Saved entries ::
====
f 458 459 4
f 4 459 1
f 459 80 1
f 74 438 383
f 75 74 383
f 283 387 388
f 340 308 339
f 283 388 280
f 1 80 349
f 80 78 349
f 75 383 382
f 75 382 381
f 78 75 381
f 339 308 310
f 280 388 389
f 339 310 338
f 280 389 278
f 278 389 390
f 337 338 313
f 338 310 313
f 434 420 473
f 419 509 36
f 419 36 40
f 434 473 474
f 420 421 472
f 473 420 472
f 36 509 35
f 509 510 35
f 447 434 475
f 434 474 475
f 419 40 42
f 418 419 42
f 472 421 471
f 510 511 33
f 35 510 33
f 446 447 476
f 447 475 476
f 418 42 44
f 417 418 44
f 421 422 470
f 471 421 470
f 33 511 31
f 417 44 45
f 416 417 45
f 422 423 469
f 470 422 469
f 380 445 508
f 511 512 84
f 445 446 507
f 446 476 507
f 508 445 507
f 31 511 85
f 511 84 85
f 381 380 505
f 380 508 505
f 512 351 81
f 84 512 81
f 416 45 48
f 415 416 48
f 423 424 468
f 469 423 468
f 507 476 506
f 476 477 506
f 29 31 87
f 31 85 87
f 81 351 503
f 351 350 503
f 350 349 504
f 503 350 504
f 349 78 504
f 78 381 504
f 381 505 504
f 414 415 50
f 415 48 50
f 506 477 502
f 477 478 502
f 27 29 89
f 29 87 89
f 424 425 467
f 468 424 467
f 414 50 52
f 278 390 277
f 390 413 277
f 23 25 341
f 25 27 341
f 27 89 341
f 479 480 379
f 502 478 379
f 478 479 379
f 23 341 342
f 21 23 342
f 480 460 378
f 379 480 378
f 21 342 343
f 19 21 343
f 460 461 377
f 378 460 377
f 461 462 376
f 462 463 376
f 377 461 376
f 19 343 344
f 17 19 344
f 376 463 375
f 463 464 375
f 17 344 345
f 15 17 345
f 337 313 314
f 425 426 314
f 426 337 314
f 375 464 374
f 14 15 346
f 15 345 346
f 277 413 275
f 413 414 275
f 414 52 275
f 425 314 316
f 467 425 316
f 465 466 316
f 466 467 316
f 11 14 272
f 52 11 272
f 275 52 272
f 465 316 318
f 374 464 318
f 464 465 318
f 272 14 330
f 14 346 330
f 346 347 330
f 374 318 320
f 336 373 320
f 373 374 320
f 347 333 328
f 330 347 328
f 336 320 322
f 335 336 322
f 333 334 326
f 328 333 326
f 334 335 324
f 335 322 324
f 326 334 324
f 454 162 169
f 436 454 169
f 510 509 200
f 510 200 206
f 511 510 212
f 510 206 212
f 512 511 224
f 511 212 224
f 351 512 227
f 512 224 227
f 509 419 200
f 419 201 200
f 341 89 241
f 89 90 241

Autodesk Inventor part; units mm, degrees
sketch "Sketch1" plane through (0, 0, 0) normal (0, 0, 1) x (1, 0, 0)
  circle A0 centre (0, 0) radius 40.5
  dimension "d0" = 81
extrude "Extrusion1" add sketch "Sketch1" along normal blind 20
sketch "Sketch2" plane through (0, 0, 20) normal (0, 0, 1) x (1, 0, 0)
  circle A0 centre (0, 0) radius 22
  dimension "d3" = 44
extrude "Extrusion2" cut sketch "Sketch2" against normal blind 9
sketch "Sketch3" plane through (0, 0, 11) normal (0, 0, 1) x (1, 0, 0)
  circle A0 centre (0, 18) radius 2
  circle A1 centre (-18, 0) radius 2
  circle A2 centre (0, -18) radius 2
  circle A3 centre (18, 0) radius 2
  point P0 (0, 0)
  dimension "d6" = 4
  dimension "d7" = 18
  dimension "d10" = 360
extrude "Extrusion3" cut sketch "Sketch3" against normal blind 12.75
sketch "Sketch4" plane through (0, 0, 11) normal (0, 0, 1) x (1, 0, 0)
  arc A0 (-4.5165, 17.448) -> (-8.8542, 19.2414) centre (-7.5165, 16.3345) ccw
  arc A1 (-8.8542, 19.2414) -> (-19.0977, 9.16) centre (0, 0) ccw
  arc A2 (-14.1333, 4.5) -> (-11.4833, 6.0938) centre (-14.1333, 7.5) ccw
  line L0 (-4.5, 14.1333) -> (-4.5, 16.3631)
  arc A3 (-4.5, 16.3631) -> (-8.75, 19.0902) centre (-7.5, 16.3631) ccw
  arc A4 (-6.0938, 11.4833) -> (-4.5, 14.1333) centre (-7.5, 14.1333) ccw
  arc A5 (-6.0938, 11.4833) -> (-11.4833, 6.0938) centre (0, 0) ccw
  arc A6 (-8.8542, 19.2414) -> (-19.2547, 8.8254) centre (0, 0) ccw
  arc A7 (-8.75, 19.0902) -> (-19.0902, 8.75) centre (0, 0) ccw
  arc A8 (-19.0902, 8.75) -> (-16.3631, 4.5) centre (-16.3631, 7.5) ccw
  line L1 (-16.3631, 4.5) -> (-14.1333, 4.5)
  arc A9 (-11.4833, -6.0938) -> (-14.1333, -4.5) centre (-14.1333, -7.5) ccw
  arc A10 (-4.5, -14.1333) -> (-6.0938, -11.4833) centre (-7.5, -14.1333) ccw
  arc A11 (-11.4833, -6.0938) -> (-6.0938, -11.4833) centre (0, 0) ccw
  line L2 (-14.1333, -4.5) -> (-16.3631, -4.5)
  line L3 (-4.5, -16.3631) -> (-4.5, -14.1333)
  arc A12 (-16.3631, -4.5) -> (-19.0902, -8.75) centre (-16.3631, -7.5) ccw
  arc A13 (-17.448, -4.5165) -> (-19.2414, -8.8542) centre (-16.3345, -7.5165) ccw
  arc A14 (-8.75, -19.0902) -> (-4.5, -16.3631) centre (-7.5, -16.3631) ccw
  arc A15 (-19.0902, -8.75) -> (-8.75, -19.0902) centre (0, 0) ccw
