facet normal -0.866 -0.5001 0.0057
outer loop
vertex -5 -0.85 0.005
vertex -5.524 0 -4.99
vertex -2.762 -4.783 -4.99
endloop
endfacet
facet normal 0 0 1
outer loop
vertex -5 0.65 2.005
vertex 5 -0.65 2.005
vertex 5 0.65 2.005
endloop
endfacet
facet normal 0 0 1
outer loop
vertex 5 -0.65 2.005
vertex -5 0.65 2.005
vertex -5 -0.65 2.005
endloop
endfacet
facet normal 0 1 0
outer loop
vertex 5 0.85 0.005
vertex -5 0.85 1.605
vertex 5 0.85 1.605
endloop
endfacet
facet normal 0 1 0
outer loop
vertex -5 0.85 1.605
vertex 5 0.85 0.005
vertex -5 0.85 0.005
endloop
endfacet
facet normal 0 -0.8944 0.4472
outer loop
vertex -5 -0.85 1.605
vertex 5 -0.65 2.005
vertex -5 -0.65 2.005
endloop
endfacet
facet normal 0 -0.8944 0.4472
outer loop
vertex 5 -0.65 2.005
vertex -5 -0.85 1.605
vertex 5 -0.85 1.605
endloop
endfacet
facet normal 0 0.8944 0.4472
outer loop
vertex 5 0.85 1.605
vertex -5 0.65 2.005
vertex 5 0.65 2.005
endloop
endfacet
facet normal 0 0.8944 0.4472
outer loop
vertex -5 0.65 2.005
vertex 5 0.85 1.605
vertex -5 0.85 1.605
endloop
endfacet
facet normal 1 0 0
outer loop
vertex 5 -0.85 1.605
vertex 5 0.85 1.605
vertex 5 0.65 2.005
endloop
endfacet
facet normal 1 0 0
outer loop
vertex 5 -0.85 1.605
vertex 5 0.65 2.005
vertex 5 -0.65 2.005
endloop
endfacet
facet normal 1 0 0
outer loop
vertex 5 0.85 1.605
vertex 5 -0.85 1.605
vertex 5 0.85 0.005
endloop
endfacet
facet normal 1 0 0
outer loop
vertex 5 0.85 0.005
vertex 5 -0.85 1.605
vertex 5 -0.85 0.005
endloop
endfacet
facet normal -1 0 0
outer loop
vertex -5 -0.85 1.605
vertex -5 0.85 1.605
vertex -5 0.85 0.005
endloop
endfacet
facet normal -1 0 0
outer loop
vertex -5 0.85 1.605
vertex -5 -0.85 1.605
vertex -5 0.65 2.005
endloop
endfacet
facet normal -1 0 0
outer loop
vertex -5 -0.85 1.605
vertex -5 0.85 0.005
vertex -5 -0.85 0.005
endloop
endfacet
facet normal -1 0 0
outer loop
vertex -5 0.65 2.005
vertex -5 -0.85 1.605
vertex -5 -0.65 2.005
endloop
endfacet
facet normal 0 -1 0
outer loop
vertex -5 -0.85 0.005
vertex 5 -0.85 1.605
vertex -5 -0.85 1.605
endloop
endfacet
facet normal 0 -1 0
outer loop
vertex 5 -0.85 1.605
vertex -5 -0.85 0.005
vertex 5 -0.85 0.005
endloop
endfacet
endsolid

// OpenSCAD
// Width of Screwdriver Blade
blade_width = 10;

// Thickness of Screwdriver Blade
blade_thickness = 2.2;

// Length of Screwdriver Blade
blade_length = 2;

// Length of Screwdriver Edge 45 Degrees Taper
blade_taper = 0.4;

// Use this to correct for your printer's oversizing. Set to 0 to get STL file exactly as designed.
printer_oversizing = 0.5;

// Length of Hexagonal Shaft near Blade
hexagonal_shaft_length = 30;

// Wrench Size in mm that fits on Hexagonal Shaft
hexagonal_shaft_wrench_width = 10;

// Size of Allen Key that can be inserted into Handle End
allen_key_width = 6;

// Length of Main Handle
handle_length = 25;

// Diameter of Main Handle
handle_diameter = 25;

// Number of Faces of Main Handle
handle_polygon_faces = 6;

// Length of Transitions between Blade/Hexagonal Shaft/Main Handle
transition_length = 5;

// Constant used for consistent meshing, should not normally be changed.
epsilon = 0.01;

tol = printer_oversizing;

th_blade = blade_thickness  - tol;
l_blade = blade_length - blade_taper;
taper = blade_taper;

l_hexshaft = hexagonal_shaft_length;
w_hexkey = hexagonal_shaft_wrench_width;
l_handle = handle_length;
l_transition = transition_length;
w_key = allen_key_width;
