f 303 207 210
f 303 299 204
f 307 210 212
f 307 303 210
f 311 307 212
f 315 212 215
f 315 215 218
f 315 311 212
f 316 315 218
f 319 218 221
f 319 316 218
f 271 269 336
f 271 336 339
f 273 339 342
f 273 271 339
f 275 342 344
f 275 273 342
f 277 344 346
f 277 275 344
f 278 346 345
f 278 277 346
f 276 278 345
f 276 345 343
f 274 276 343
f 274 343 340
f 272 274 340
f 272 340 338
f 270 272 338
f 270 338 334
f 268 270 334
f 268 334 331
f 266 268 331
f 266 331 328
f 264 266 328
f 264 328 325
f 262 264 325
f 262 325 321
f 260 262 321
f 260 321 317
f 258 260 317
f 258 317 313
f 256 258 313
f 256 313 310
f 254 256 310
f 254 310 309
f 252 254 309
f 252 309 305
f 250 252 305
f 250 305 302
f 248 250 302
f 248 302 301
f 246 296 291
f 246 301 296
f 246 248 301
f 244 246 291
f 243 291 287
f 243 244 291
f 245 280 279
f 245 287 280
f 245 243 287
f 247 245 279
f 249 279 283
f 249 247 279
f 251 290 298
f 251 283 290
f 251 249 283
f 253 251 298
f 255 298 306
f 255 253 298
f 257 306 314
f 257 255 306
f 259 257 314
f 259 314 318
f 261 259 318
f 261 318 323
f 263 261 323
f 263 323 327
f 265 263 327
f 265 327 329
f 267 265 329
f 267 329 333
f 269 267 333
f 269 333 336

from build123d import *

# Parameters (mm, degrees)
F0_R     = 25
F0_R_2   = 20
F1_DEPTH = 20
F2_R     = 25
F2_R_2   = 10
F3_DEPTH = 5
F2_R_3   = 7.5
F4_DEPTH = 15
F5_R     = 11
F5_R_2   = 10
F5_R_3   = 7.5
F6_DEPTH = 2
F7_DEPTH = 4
====
Assignment :: Find the line that contains "f 274 276 343". Write out that line and every line after it through the end of the data, exactly, and nothing else.

Response to the exercise ::
f 274 276 343
f 274 343 340
f 272 274 340
f 272 340 338
f 270 272 338
f 270 338 334
f 268 270 334
f 268 334 331
f 266 268 331
f 266 331 328
f 264 266 328
f 264 328 325
f 262 264 325
f 262 325 321
f 260 262 321
f 260 321 317
f 258 260 317
f 258 317 313
f 256 258 313
f 256 313 310
f 254 256 310
f 254 310 309
f 252 254 309
f 252 309 305
f 250 252 305
f 250 305 302
f 248 250 302
f 248 302 301
f 246 296 291
f 246 301 296
f 246 248 301
f 244 246 291
f 243 291 287
f 243 244 291
f 245 280 279
f 245 287 280
f 245 243 287
f 247 245 279
f 249 279 283
f 249 247 279
f 251 290 298
f 251 283 290
f 251 249 283
f 253 251 298
f 255 298 306
f 255 253 298
f 257 306 314
f 257 255 306
f 259 257 314
f 259 314 318
f 261 259 318
f 261 318 323
f 263 261 323
f 263 323 327
f 265 263 327
f 265 327 329
f 267 265 329
f 267 329 333
f 269 267 333
f 269 333 336

from build123d import *

# Parameters (mm, degrees)
F0_R     = 25
F0_R_2   = 20
F1_DEPTH = 20
F2_R     = 25
F2_R_2   = 10
F3_DEPTH = 5
F2_R_3   = 7.5
F4_DEPTH = 15
F5_R     = 11
F5_R_2   = 10
F5_R_3   = 7.5
F6_DEPTH = 2
F7_DEPTH = 4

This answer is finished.